Beyond those minor negatives, there is a nice Canadian feel to the park, from the advertisements for GM Canada
to the subtle-but-proud maple leafs on the outfield walls. The ballpark’s location immediately next to the CN Tower leaves no question as to where I am. It makes me feel as though I’m in the center of activity, and the CN Tower, along with a massive skyscraper (I think apartment buildings…only in Canada do you have people living in such large and beautiful downtown skyscraper locations) actually gives something to look at beyond the stadium’s massive upper deck. The approach to the park is also wonderful…in spite of aggressive scalpers (and, in Toronto’s poorly-attended and losing 2004 season, quite desperate ones), there are nice gargoyles
of Statler and Waldorf-like fans on the ballpark’s exteriors, including one of a guy giving a big raspberry to someone, perhaps an umpire or opponent…the only instance, I believe, of an impolite fan in stadium art.

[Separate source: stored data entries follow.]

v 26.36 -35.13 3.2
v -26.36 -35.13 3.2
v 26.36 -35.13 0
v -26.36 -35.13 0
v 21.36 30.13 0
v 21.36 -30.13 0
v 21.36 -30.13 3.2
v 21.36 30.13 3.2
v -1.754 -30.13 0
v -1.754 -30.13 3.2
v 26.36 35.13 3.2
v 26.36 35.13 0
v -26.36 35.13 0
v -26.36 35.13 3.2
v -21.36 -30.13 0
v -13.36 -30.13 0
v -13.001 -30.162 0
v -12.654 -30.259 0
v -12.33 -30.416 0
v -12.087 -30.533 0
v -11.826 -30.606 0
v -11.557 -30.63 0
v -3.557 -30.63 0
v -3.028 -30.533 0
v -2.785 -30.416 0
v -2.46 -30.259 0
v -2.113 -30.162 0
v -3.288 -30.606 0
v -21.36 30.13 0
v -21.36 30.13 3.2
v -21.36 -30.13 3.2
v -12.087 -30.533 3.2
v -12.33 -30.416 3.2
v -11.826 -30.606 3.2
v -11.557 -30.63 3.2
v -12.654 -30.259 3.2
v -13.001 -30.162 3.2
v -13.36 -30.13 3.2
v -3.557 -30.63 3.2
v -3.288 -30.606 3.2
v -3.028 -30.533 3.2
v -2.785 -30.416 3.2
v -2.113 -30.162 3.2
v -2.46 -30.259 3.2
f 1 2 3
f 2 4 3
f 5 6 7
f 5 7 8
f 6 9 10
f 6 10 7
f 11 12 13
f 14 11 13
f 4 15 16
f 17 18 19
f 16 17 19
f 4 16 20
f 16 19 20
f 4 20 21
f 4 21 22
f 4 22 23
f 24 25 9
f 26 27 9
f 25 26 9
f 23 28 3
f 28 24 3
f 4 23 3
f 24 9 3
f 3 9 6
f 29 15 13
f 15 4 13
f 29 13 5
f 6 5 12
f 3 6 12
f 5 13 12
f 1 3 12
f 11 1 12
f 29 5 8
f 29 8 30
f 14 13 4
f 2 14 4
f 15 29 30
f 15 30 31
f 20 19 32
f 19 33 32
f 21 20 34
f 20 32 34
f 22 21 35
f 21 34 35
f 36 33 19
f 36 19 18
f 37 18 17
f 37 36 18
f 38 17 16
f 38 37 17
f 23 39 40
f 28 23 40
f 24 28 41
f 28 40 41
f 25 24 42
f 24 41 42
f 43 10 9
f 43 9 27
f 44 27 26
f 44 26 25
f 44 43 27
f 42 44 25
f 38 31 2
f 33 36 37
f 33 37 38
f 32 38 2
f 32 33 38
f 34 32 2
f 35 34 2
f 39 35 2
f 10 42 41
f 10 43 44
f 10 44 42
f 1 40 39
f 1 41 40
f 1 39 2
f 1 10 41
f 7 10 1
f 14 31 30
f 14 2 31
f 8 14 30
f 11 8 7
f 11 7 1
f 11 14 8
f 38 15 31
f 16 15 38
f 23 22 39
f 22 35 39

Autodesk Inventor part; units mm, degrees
ref_plane "YZ Plane" through (0, 0, 0) normal (1, 0, 0) x (0, 1, 0)
ref_plane "XZ Plane" through (0, 0, 0) normal (0, 1, 0) x (-1, 0, 0)
ref_plane "XY Plane" through (0, 0, 0) normal (0, 0, 1) x (1, 0, 0)
sketch "Sketch1" plane through (0, 0, 0) normal (0, 0, 1) x (1, 0, 0)
  line L0 (-26.36, -35.13) -> (26.36, -35.13)
  line L1 (26.36, -35.13) -> (26.36, 35.13)
  line L2 (26.36, 35.13) -> (-26.36, 35.13)
  line L3 (-26.36, 35.13) -> (-26.36, -35.13)
  line L4 (-26.36, -35.13) -> (26.36, 35.13) construction
  line L5 (26.36, -35.13) -> (-26.36, 35.13) construction
  line L6 (-21.36, -30.13) -> (21.36, -30.13)
  line L7 (21.36, -30.13) -> (21.36, 30.13)
  line L8 (21.36, 30.13) -> (-21.36, 30.13)
  line L9 (-21.36, 30.13) -> (-21.36, -30.13)
  line L10 (-21.36, -30.13) -> (21.36, 30.13) construction
  line L11 (21.36, -30.13) -> (-21.36, 30.13) construction
  point P0 (0, 0)
  dimension "t" = 5
  dimension "d1" = 5
  dimension "d2" = 60.26
  dimension "d3" = 42.72
extrude "Extrusion1" add sketch "Sketch1" along normal blind 3.2
sketch "Sketch2" plane through (0, 0, 3.2) normal (0, 0, 1) x (1, 0, 0)
  line L0 (-11.5572, -30.63) -> (-3.5572, -30.63)
  arc A0 (-3.5572, -30.63) -> (-2.7846, -30.4157) centre (-3.5572, -29.13) ccw
  arc A1 (-1.7544, -30.13) -> (-2.7846, -30.4157) centre (-1.7544, -32.13) ccw
  line L1 (21.36, -30.13) -> (-21.36, -30.13) projected
  line L2 (-7.5572, -30.63) -> (-7.5572, -30.13)
  arc A2 (-12.3298, -30.4157) -> (-11.5572, -30.63) centre (-11.5572, -29.13) ccw
  arc A3 (-12.3298, -30.4157) -> (-13.36, -30.13) centre (-13.36, -32.13) ccw
  point P0 (0, 0)
  point P1 (-13.36, -30.13)
  dimension "d6" = 0.5
  dimension "d7" = 8
  dimension "d8" = 1.5
  dimension "d9" = 2
  dimension "d10" = 8
extrude "Extrusion2" cut sketch "Sketch2" against normal blind 3.2
equation "\"d1\" = t"
properties part number "LCDFrame"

For what it’s worth, I’m convinced I’ve found the best bang-for-the-buck for a ticket in major league baseball. My favorite bang-for-the-buck seats in any ballpark are always in the top deck behind home plate. It’s where my Safeco Field season tickets are…I can watch the entire play develop, have an excellent angle on top of the play, and don’t pay a lot of money. Skydome’s top level, the 500 level, is actually closer to the field than comparable seats in other parks. I could hear home plate umpire Larry Vanover’s every call, even the quieter ones. I could even hear the beginning of an argument between first base umpire Sam Holbrook and Blue Jays manager Carlos Tosca that got Tosca ejected from the game. After a couple of close plays, Tosca was obviously expressing displeasure from the dugout, and Holbrook shouted at him: “I don’t want to hear it anymore!” This drew Tosca out of the dugout, which led to his early dismissal. The point is, I was very close to the action, as this photo should demonstrate:
Here’s the amazing part: That seat was, as of 2004, $7. Seven dollars…Canadian. If I were in Toronto, it would be very difficult for me not to buy 30-40 of those a year.
So, in the end, Skydome will land somewhere in the middle of my ballpark rankings, but I did enjoy the experience there a good deal. There was just enough personality to shine through some of its drawbacks, and in the end, it’s the last of the ballparks that was designed as a ballpark first and a tourist destination second. For that, I give it credit.
BASEBALL STUFF I’VE SEEN HERE:
Carl Crawford was the hitting star in the first game, collecting three hits, scoring two runs, and stealing a base. Still, the Jays’ Josh Towers was too much to beat. He’s now 2-0 in my presence–this in two appearances. I’m your man, Josh…as of that ballgame, I’d seen two of your 21 career wins, including a (sort-of) close to perfect game! Invite me to a game, dude!
Carlos Delgado homers to collect his 1,000th career RBI.
Aubrey Huff homers.
David Bush gets his first career win.